RemoteException wrapping System.InvalidOperationException: The activity ‘Machine Learning Extractor’ with ID 340 threw or propagated an exception while being canceled. —> RemoteException wrapping System.AggregateException: One or more errors occurred. —> RemoteException wrapping System.Threading.Tasks.TaskCanceledException: A task was canceled.

--- End of inner exception stack trace ---

at System.Threading.Tasks.Task.ThrowIfExceptional(Boolean includeTaskCanceledExceptions)
at System.Threading.Tasks.Task1.GetResultCore(Boolean waitCompletionNotification) at System.Threading.Tasks.Task1.get_Result()
at UiPath.Shared.Activities.AsyncTaskCodeActivityImplementation.EndExecute(AsyncCodeActivityContext context, IAsyncResult result)
at UiPath.DocumentUnderstanding.ML.Activities.ExtractorAsyncTaskActivity.EndExecute(AsyncCodeActivityContext context, IAsyncResult result)
at System.Activities.AsyncCodeActivity.System.Activities.IAsyncCodeActivity.FinishExecution(AsyncCodeActivityContext context, IAsyncResult result)
at System.Activities.AsyncCodeActivity.CompleteAsyncCodeActivityData.CompleteAsyncCodeActivityWorkItem.Execute(ActivityExecutor executor, BookmarkManager bookmarkManager)
— End of inner exception stack trace —

how many files are you processing in parallel?

You might still be running out of memory at these stages (or any other in the parallel for each…)…

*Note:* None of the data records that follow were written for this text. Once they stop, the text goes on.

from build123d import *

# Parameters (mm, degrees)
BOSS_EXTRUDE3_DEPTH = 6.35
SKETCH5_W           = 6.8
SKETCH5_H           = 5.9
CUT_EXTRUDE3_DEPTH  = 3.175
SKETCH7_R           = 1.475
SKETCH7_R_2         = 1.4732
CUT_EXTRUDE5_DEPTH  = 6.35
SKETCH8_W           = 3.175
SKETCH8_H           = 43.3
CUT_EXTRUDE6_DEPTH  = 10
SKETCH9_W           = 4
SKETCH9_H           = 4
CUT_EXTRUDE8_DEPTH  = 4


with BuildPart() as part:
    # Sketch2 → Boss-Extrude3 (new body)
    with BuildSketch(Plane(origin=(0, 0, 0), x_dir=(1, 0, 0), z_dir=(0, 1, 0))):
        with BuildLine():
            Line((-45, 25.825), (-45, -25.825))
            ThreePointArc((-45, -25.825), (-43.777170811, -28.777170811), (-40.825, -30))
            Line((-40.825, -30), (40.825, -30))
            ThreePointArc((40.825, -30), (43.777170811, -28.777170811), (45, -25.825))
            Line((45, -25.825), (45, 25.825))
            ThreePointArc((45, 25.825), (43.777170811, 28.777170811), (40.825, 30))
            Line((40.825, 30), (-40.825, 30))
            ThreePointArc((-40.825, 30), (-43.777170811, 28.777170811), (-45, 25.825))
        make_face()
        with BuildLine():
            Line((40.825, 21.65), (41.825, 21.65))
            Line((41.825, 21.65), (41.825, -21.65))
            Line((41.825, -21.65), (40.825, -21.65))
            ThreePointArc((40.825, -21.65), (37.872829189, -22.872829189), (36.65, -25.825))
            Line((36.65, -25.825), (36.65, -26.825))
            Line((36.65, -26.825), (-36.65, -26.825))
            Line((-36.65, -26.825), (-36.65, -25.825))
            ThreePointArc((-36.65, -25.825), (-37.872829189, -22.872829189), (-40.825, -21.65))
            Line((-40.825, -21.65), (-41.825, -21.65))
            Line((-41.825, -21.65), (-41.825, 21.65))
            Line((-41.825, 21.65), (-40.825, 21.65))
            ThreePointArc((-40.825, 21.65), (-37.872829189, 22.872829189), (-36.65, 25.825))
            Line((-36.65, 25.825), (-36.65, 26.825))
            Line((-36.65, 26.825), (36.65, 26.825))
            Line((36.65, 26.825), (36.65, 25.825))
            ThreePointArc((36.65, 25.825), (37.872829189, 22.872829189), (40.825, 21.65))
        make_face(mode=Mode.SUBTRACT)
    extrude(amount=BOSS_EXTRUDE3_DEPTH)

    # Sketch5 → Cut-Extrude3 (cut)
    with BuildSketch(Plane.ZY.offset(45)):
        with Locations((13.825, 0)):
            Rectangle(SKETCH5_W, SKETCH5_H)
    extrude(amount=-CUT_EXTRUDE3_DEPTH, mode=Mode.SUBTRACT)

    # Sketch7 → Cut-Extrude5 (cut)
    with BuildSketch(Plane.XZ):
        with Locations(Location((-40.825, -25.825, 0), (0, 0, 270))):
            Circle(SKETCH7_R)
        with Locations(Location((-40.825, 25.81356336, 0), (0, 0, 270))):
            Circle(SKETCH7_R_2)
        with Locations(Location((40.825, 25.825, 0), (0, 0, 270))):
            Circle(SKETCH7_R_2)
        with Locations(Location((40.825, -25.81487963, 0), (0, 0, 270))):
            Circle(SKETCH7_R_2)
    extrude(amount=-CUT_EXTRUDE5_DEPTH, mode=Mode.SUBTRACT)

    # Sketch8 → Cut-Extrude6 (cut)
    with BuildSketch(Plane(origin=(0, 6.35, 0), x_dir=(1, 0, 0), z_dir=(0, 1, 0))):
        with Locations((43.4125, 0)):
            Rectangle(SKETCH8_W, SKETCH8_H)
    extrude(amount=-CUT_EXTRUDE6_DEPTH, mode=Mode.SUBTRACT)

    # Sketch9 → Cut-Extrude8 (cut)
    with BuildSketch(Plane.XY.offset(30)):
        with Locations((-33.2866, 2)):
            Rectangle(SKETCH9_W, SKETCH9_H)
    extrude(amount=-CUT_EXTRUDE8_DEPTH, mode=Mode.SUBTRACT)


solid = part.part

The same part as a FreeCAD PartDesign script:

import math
import FreeCAD as App
import Part
import Sketcher
Q = App.Units.Quantity


def add_polygon(sketch, points):
    """Adds a closed chain of lines whose ends are joined by coincident constraints."""
    first, n = sketch.GeometryCount, len(points)
    for a, b in zip(points, points[1:] + points[:1]):
        sketch.addGeometry(Part.LineSegment(App.Vector(*a, 0), App.Vector(*b, 0)), False)
    for i in range(n):
        sketch.addConstraint(Sketcher.Constraint("Coincident", first + i, 2, first + (i + 1) % n, 1))

doc = App.newDocument("Part")
body = doc.addObject("PartDesign::Body", "Body")

sketch1 = body.newObject("Sketcher::SketchObject", "Sketch")
sketch1.AttachmentSupport = (doc.getObject("XZ_Plane"), [""])
sketch1.MapMode = "FlatFace"
sketch1.addGeometry(Part.LineSegment(App.Vector(-45, -25.825, 0), App.Vector(-45, 25.825, 0)), False)
sketch1.addGeometry(Part.ArcOfCircle(Part.Circle(App.Vector(-40.825, 25.825, 0), App.Vector(0, 0, 1), 4.175), math.radians(90), math.radians(180)), False)
sketch1.addGeometry(Part.LineSegment(App.Vector(-40.825, 30, 0), App.Vector(40.825, 30, 0)), False)
sketch1.addGeometry(Part.ArcOfCircle(Part.Circle(App.Vector(40.825, 25.825, 0), App.Vector(0, 0, 1), 4.175), math.radians(0), math.radians(90)), False)
sketch1.addGeometry(Part.LineSegment(App.Vector(45, 25.825, 0), App.Vector(45, -25.825, 0)), False)
sketch1.addGeometry(Part.ArcOfCircle(Part.Circle(App.Vector(40.825, -25.825, 0), App.Vector(0, 0, 1), 4.175), math.radians(-90), math.radians(0)), False)
sketch1.addGeometry(Part.LineSegment(App.Vector(40.825, -30, 0), App.Vector(-40.825, -30, 0)), False)
sketch1.addGeometry(Part.ArcOfCircle(Part.Circle(App.Vector(-40.825, -25.825, 0), App.Vector(0, 0, 1), 4.175), math.radians(-180), math.radians(-90)), False)
sketch1.addGeometry(Part.ArcOfCircle(Part.Circle(App.Vector(40.825, -25.825, 0), App.Vector(0, 0, 1), 4.175), math.radians(90), math.radians(180)), False)
sketch1.addGeometry(Part.LineSegment(App.Vector(40.825, -21.65, 0), App.Vector(41.825, -21.65, 0)), False)
sketch1.addGeometry(Part.LineSegment(App.Vector(41.825, -21.65, 0), App.Vector(41.825, 21.65, 0)), False)
sketch1.addGeometry(Part.LineSegment(App.Vector(41.825, 21.65, 0), App.Vector(40.825, 21.65, 0)), False)
sketch1.addGeometry(Part.ArcOfCircle(Part.Circle(App.Vector(40.825, 25.825, 0), App.Vector(0, 0, 1), 4.175), math.radians(-180), math.radians(-90)), False)
sketch1.addGeometry(Part.LineSegment(App.Vector(36.65, 25.825, 0), App.Vector(36.65, 26.825, 0)), False)
sketch1.addGeometry(Part.LineSegment(App.Vector(36.65, 26.825, 0), App.Vector(-36.65, 26.825, 0)), False)
sketch1.addGeometry(Part.LineSegment(App.Vector(-36.65, 26.825, 0), App.Vector(-36.65, 25.825, 0)), False)
sketch1.addGeometry(Part.ArcOfCircle(Part.Circle(App.Vector(-40.825, 25.825, 0), App.Vector(0, 0, 1), 4.175), math.radians(-90), math.radians(0)), False)
sketch1.addGeometry(Part.LineSegment(App.Vector(-40.825, 21.65, 0), App.Vector(-41.825, 21.65, 0)), False)
sketch1.addGeometry(Part.LineSegment(App.Vector(-41.825, 21.65, 0), App.Vector(-41.825, -21.65, 0)), False)
sketch1.addGeometry(Part.LineSegment(App.Vector(-41.825, -21.65, 0), App.Vector(-40.825, -21.65, 0)), False)
sketch1.addGeometry(Part.ArcOfCircle(Part.Circle(App.Vector(-40.825, -25.825, 0), App.Vector(0, 0, 1), 4.175), math.radians(0), math.radians(90)), False)
sketch1.addGeometry(Part.LineSegment(App.Vector(-36.65, -25.825, 0), App.Vector(-36.65, -26.825, 0)), False)
sketch1.addGeometry(Part.LineSegment(App.Vector(-36.65, -26.825, 0), App.Vector(36.65, -26.825, 0)), False)
sketch1.addGeometry(Part.LineSegment(App.Vector(36.65, -26.825, 0), App.Vector(36.65, -25.825, 0)), False)
sketch1.addConstraint(Sketcher.Constraint("Tangent", 0, 2, 1, 2))
sketch1.addConstraint(Sketcher.Constraint("Tangent", 1, 1, 2, 1))
sketch1.addConstraint(Sketcher.Constraint("Tangent", 2, 2, 3, 2))
sketch1.addConstraint(Sketcher.Constraint("Tangent", 3, 1, 4, 1))
sketch1.addConstraint(Sketcher.Constraint("Tangent", 4, 2, 5, 2))
sketch1.addConstraint(Sketcher.Constraint("Tangent", 5, 1, 6, 1))
sketch1.addConstraint(Sketcher.Constraint("Tangent", 6, 2, 7, 2))
sketch1.addConstraint(Sketcher.Constraint("Tangent", 7, 1, 0, 1))
sketch1.addConstraint(Sketcher.Constraint("Tangent", 8, 1, 9, 1))
sketch1.addConstraint(Sketcher.Constraint("Coincident", 9, 2, 10, 1))
sketch1.addConstraint(Sketcher.Constraint("Coincident", 10, 2, 11, 1))
sketch1.addConstraint(Sketcher.Constraint("Tangent", 11, 2, 12, 2))
sketch1.addConstraint(Sketcher.Constraint("Tangent", 12, 1, 13, 1))
sketch1.addConstraint(Sketcher.Constraint("Coincident", 13, 2, 14, 1))
sketch1.addConstraint(Sketcher.Constraint("Coincident", 14, 2, 15, 1))
sketch1.addConstraint(Sketcher.Constraint("Tangent", 15, 2, 16, 2))
sketch1.addConstraint(Sketcher.Constraint("Tangent", 16, 1, 17, 1))
sketch1.addConstraint(Sketcher.Constraint("Coincident", 17, 2, 18, 1))
sketch1.addConstraint(Sketcher.Constraint("Coincident", 18, 2, 19, 1))
sketch1.addConstraint(Sketcher.Constraint("Tangent", 19, 2, 20, 2))
sketch1.addConstraint(Sketcher.Constraint("Tangent", 20, 1, 21, 1))
sketch1.addConstraint(Sketcher.Constraint("Coincident", 21, 2, 22, 1))
sketch1.addConstraint(Sketcher.Constraint("Coincident", 22, 2, 23, 1))
sketch1.addConstraint(Sketcher.Constraint("Tangent", 23, 2, 8, 2))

if you do need to process a lot of files in the same process, maybe you can do the processing upfront in a for each, store the data, and then just use the wait for in the parallel for each… I know it is not the ideal solution, but might help to some extent.

1 Like

Hi Ioana,

I’m running into the same issue. Could you please provide an example of a workflow that does the processing upfront in a for loop and uses a wait for in a parallel for each?

Hi @Ioana_Gligan,

Looks like this is still an issue, are there new workarounds or fixes available for this issue? I’m currently facing this at a client and would love to get it resolved with minimal code impact is possible.
Any thoughts - @alexcabuz, @Andra_Buica, @Jeremy_Tederry @MVP2021

Regards,
Priya

Hi, @PD2 ,
A possible workaround would be to handle such errors programmatically, in the workflow. A good starting point for this is the Document Understanding Process available in Studio, in the Templates category (see the below image). There is also a user guide inside the process to aid the setup.

Thank you @AdiPopa for the prompt response. I noticed that the new Template, that is in Prerelease has a User guide and there is a section that describes about the Design for the DU processes, is this the new recommended approach

The One-Job-Per-File Approach
Document Understanding processes will not run as batch jobs. Instead, an individual job starts for each file to be processed. This approach is used for both Attended and Unattended implementations.

Since there was no prior documentation on the Design approaches for DU, based on the training provided and help from a few experts we have the Parallel For each for the entire DU steps in the DUFramework, is there a recommended Hardware/Software requirements when using the Parallel For Each loops?